Auto-discovery is unavailable for virtual servers using translated IP addresses. Before troubleshooting auto-discovery issues, confirm that the BIG-IP virtual servers do not use address translation. For example, if the target BIG-IP virtual server IP addresses reside in a private network space, as defined by RFC1918, and are mapped to public IP addresses that are defined on a network device such as a firewall, the BIG-IP GTM system will silently disable the auto-discovery feature for the BIG-IP system.

Note: For more information, refer to SOL9138: The BIG-IP GTM disables virtual server auto-discovery for BIG-IP systems which utilize translated virtual server addresses.

Verify time synchronization

The BIG-IP GTM system time must be synchronized with GTM sync group members (30 seconds by default), and should be synchronized with the remote BIG-IP systems in which virtual server / link auto-discovery is enabled.

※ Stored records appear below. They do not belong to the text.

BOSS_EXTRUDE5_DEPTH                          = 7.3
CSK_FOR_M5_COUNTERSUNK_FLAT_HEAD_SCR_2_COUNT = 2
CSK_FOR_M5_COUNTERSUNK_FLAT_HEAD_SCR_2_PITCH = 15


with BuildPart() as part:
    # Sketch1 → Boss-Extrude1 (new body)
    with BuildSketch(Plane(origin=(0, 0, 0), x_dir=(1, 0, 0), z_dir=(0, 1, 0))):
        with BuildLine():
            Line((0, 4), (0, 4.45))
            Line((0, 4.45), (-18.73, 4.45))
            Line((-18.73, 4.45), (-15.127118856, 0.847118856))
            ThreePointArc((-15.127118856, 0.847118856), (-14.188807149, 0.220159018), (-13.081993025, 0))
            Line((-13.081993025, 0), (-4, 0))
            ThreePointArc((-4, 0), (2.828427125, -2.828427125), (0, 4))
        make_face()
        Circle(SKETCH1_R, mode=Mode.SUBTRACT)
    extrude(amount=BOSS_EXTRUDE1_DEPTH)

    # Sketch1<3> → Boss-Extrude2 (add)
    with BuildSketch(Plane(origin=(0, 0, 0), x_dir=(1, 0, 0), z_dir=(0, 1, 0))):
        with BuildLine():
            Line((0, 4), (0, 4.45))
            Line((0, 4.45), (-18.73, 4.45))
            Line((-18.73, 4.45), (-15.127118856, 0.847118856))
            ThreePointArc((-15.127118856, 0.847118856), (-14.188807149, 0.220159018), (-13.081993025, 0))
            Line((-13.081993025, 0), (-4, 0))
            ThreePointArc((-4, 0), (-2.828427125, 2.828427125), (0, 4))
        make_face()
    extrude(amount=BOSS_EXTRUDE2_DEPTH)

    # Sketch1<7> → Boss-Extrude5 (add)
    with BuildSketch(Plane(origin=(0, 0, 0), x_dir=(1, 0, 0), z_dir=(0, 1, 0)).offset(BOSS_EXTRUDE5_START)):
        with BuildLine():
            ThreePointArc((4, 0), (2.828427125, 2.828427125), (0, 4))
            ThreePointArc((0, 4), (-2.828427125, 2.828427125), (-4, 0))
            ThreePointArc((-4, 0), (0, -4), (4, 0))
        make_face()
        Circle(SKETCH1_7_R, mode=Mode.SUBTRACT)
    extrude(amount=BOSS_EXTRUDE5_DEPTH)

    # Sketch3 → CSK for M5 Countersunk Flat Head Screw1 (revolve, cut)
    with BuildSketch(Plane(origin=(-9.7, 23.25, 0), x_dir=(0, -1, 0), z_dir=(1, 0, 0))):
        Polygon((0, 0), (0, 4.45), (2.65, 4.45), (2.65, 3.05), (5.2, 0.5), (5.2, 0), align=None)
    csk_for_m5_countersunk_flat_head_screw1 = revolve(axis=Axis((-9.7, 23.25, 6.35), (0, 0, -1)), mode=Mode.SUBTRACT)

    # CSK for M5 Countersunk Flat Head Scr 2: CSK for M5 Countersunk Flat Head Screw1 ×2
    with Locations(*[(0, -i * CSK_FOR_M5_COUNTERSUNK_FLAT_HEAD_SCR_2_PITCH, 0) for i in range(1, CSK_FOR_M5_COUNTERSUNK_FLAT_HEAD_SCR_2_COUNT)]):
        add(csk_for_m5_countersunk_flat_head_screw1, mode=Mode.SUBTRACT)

To verify time synchronization and NTP configuration, perform the following procedure:

Impact of procedure: None.

  1. Log in to the command line of the F5 device.
  2. Type the following command:

    date; tmsh list /sys ntp

  3. Perform steps 1 through 2 on all devices.
  4. Verify that each device is configured to use an NTP server and the times are in sync.

Note: To configure NTP a BIG-IP system, refer to SOL3122: Configuring the BIG-IP system to use an NTP server using the Configuration utility.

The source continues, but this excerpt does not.